*Material for the task*:
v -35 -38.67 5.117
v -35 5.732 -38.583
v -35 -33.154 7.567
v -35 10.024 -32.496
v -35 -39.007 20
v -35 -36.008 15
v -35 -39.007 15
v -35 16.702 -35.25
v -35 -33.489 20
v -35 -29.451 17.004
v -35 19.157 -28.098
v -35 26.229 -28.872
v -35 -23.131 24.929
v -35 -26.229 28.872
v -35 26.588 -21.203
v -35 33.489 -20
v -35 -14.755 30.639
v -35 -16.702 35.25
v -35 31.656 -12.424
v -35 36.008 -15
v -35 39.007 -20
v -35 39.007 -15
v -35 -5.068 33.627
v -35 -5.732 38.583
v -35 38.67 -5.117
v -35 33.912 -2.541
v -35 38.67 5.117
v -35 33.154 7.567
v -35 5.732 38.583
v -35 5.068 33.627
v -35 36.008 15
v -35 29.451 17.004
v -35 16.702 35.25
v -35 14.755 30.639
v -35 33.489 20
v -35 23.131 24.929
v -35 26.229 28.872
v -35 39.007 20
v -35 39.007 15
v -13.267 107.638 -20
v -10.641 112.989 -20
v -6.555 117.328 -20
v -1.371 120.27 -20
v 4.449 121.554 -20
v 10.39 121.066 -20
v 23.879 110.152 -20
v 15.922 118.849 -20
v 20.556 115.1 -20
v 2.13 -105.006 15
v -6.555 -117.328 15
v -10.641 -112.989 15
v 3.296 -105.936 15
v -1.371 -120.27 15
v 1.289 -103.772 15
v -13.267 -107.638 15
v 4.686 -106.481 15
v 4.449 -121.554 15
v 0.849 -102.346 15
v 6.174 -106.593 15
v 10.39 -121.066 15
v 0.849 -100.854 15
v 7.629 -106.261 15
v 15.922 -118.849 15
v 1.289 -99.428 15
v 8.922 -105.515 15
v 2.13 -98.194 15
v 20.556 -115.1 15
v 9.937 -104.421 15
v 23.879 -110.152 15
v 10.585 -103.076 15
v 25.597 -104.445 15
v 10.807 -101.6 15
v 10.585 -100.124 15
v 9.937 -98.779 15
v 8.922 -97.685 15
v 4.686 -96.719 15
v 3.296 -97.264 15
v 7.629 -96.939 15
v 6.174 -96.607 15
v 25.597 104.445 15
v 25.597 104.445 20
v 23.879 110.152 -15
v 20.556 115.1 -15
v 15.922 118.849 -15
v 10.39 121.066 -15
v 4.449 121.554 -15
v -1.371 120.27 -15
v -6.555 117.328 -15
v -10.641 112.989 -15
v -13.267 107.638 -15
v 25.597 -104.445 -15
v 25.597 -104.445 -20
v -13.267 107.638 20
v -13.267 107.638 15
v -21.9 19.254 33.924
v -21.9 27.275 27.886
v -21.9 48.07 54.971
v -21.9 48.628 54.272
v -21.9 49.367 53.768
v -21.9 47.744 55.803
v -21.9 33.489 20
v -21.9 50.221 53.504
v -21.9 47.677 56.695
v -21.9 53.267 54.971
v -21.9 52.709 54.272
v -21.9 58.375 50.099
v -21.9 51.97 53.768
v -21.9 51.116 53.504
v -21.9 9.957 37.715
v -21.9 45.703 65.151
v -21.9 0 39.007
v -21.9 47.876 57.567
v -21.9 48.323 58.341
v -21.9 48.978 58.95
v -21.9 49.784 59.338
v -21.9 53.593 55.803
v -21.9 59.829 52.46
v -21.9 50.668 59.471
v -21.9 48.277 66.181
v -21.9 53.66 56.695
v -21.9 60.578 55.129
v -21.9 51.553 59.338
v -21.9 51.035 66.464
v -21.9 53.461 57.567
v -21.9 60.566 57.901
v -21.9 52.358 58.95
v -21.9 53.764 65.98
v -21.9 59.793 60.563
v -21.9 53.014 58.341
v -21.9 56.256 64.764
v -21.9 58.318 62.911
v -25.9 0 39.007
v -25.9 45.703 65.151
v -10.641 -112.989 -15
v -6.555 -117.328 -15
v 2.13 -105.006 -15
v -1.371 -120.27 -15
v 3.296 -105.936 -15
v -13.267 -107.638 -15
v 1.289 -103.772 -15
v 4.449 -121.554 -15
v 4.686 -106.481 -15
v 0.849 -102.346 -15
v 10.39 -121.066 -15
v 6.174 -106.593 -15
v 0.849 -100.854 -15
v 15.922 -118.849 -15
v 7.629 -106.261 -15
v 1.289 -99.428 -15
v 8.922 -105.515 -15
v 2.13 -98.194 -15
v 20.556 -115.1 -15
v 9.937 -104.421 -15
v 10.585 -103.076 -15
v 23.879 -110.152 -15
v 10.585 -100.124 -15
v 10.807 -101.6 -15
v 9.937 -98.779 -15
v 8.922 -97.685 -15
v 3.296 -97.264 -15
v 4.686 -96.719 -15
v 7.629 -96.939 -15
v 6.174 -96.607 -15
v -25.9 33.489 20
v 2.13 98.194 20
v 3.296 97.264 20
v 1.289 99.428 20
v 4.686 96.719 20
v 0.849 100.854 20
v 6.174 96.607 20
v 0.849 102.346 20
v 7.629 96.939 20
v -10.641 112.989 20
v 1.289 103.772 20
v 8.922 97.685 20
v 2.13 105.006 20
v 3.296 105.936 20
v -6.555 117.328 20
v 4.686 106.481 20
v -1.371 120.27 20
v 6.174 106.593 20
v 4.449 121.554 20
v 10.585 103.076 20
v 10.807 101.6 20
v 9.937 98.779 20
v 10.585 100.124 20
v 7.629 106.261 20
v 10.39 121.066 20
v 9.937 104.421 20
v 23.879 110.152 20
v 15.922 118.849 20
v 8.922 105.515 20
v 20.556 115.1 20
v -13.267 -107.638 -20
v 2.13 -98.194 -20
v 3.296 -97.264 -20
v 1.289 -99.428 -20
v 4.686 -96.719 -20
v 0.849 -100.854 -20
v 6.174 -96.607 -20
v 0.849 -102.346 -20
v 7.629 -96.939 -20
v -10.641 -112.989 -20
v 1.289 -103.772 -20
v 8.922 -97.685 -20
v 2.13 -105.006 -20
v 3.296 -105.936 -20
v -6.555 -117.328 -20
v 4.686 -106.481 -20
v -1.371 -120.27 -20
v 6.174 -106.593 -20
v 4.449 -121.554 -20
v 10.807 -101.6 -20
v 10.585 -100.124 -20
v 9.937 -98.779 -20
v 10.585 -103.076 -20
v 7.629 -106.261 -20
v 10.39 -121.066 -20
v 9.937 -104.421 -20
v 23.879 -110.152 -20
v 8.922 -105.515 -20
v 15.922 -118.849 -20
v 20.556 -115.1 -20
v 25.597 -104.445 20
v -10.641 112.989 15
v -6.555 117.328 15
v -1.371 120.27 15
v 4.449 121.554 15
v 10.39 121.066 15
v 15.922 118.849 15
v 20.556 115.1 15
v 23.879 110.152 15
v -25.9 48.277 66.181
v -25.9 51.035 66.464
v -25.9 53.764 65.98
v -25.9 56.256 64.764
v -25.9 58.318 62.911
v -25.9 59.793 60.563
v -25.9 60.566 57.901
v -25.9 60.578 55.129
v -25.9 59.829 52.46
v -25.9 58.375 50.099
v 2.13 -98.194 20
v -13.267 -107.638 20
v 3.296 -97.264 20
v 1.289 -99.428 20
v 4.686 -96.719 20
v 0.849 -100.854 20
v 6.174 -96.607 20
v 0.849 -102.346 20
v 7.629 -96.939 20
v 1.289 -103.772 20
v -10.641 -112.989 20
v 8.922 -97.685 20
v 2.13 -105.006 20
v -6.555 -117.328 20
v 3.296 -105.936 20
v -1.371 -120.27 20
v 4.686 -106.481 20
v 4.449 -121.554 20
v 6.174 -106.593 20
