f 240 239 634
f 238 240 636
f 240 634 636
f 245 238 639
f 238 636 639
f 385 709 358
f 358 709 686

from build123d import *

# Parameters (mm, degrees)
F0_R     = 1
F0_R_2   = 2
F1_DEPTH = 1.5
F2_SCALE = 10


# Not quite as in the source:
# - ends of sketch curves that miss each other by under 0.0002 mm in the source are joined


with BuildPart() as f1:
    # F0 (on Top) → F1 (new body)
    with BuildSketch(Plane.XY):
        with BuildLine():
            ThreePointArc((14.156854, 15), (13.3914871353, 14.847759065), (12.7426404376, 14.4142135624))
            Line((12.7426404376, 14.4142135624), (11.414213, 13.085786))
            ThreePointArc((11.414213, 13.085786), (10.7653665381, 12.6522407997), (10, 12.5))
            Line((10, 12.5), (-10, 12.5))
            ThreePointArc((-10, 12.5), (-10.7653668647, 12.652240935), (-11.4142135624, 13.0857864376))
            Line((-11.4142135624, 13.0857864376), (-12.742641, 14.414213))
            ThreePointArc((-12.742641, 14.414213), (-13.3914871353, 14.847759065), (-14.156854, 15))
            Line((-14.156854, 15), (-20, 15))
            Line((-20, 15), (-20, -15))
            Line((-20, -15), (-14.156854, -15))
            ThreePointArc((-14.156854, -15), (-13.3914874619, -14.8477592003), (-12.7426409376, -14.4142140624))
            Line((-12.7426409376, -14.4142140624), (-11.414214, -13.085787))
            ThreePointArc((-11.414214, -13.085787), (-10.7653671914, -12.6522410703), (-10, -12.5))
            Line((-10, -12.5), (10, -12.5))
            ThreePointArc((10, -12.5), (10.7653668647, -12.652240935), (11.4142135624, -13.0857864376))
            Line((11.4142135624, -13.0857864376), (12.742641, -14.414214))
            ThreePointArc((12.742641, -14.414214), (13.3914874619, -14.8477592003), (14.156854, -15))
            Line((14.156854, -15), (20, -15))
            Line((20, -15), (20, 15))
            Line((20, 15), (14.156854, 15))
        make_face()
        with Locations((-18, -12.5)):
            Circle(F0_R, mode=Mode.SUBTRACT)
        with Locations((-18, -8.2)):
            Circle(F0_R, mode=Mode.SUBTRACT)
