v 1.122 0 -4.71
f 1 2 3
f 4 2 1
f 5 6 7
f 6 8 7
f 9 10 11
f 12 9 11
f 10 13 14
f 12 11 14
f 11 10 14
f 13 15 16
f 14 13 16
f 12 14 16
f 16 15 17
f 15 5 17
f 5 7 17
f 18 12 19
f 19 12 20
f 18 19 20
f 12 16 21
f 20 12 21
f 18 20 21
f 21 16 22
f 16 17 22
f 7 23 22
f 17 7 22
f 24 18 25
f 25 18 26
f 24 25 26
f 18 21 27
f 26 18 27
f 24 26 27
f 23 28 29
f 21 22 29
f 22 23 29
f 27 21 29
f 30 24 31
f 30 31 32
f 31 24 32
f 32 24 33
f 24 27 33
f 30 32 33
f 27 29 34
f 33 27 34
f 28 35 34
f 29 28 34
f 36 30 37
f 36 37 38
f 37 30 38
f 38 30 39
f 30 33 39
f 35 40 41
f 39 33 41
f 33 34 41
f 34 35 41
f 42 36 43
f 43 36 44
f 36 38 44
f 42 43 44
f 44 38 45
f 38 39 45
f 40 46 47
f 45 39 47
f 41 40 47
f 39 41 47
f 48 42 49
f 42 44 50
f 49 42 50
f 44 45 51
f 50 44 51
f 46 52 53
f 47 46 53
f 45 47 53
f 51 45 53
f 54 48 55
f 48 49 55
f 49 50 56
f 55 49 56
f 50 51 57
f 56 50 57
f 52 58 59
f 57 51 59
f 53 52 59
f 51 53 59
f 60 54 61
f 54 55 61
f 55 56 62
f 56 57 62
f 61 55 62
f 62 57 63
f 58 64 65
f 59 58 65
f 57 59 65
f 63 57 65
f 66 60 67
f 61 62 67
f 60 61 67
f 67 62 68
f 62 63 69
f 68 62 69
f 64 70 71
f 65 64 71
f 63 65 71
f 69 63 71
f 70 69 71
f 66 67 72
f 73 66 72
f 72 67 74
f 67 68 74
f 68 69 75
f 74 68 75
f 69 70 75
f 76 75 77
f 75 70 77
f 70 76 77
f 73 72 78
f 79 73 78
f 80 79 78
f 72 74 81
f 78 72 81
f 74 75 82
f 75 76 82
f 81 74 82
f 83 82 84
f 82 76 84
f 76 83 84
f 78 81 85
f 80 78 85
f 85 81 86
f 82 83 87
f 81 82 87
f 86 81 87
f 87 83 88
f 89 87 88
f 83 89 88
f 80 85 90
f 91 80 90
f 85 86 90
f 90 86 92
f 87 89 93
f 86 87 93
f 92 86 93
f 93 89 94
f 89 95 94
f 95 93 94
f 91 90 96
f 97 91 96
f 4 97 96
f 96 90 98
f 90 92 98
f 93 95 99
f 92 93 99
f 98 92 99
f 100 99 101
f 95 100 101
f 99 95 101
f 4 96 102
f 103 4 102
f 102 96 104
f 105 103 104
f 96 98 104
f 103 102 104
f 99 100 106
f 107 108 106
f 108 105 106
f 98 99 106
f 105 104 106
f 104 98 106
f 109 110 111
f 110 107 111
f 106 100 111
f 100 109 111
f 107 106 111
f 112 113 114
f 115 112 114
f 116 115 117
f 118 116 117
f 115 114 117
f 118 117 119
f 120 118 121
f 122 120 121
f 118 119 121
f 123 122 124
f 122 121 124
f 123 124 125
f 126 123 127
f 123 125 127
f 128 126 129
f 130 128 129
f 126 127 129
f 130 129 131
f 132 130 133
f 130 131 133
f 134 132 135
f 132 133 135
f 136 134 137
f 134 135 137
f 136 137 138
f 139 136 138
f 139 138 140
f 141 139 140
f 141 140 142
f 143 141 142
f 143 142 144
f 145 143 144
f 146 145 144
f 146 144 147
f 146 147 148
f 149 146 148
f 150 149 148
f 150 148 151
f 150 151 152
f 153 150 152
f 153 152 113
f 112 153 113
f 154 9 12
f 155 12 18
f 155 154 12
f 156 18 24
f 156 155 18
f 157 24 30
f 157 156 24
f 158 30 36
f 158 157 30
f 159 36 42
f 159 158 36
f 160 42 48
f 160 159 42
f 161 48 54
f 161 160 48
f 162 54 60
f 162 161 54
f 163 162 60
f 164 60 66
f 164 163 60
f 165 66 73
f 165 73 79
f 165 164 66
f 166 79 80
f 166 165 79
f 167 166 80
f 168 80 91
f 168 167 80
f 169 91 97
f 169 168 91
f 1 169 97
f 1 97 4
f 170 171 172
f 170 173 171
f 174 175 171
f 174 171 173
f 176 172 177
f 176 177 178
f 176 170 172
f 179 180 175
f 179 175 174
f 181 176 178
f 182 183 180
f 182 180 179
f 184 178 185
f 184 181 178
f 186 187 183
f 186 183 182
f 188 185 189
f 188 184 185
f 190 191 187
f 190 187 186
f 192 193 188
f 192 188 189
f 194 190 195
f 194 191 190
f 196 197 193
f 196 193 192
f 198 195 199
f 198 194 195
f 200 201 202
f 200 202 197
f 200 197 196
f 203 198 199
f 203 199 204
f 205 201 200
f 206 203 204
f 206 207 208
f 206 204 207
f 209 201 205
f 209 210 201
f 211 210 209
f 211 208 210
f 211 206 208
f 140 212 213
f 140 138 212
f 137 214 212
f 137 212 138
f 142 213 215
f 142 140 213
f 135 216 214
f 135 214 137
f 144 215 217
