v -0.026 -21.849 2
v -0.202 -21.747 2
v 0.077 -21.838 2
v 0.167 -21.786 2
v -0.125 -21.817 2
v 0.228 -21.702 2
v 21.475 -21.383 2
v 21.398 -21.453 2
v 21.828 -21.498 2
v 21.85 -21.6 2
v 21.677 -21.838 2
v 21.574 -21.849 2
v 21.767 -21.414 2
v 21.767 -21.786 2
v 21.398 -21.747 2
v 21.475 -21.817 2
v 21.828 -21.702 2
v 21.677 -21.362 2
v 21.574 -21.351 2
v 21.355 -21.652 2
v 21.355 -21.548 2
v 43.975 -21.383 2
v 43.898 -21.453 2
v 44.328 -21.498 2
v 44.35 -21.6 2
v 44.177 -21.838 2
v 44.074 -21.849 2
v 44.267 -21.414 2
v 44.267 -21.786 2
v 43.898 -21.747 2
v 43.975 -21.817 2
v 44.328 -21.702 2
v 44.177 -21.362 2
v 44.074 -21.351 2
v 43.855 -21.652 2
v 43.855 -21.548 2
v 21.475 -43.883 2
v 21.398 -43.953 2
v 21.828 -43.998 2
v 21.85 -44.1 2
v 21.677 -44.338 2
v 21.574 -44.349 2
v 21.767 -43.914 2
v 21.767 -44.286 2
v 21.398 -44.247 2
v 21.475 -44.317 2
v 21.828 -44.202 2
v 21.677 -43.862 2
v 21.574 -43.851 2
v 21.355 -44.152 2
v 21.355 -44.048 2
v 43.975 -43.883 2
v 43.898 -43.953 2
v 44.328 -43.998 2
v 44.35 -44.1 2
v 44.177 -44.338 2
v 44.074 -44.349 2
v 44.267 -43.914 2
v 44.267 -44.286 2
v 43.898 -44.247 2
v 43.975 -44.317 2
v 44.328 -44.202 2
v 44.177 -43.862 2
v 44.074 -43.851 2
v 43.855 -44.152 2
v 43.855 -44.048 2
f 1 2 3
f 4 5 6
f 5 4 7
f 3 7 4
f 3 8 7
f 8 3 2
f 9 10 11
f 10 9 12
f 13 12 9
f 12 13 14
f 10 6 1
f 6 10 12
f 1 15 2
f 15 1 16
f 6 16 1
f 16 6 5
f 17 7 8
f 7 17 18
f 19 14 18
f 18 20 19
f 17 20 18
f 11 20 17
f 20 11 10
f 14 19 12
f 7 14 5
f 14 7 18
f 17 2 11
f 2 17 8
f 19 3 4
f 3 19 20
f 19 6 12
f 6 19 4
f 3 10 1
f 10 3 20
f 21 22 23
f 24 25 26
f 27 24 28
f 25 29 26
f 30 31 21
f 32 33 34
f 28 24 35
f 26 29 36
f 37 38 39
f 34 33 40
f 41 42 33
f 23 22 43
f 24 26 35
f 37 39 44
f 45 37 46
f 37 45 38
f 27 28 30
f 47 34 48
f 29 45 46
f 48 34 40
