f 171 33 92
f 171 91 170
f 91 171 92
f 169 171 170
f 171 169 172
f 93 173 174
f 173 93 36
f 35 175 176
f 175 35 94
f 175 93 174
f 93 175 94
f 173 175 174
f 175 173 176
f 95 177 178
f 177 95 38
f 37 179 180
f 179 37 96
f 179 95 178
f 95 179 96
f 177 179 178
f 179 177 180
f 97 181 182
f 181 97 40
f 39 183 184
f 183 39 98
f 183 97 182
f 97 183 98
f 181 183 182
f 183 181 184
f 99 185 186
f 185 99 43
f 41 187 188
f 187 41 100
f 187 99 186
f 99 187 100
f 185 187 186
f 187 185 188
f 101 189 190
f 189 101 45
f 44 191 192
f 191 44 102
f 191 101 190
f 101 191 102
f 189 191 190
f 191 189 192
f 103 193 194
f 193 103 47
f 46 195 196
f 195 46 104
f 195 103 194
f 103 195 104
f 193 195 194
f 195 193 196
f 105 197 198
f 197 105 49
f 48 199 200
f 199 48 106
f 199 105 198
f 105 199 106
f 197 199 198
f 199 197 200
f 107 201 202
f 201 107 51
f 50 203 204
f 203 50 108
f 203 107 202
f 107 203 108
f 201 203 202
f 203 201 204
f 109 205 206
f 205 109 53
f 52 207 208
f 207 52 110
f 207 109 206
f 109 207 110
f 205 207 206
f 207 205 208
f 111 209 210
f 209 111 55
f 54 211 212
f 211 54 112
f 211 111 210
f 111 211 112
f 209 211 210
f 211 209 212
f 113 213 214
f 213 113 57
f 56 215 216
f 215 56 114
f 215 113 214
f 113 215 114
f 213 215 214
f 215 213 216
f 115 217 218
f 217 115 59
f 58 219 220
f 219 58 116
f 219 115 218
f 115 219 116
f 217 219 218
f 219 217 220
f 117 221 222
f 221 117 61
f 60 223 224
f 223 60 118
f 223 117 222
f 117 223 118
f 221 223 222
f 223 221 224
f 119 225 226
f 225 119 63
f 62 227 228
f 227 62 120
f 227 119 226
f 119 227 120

*Task requirements*: From the entries above, copy every line that holds the word "ThreePointArc".

*Response area*:
            ThreePointArc((14.156854, 15), (13.3914871353, 14.847759065), (12.7426404376, 14.4142135624))
            ThreePointArc((11.414213, 13.085786), (10.7653665381, 12.6522407997), (10, 12.5))
            ThreePointArc((-10, 12.5), (-10.7653668647, 12.652240935), (-11.4142135624, 13.0857864376))
            ThreePointArc((-12.742641, 14.414213), (-13.3914871353, 14.847759065), (-14.156854, 15))
            ThreePointArc((-14.156854, -15), (-13.3914874619, -14.8477592003), (-12.7426409376, -14.4142140624))
            ThreePointArc((-11.414214, -13.085787), (-10.7653671914, -12.6522410703), (-10, -12.5))
            ThreePointArc((10, -12.5), (10.7653668647, -12.652240935), (11.4142135624, -13.0857864376))
            ThreePointArc((12.742641, -14.414214), (13.3914874619, -14.8477592003), (14.156854, -15))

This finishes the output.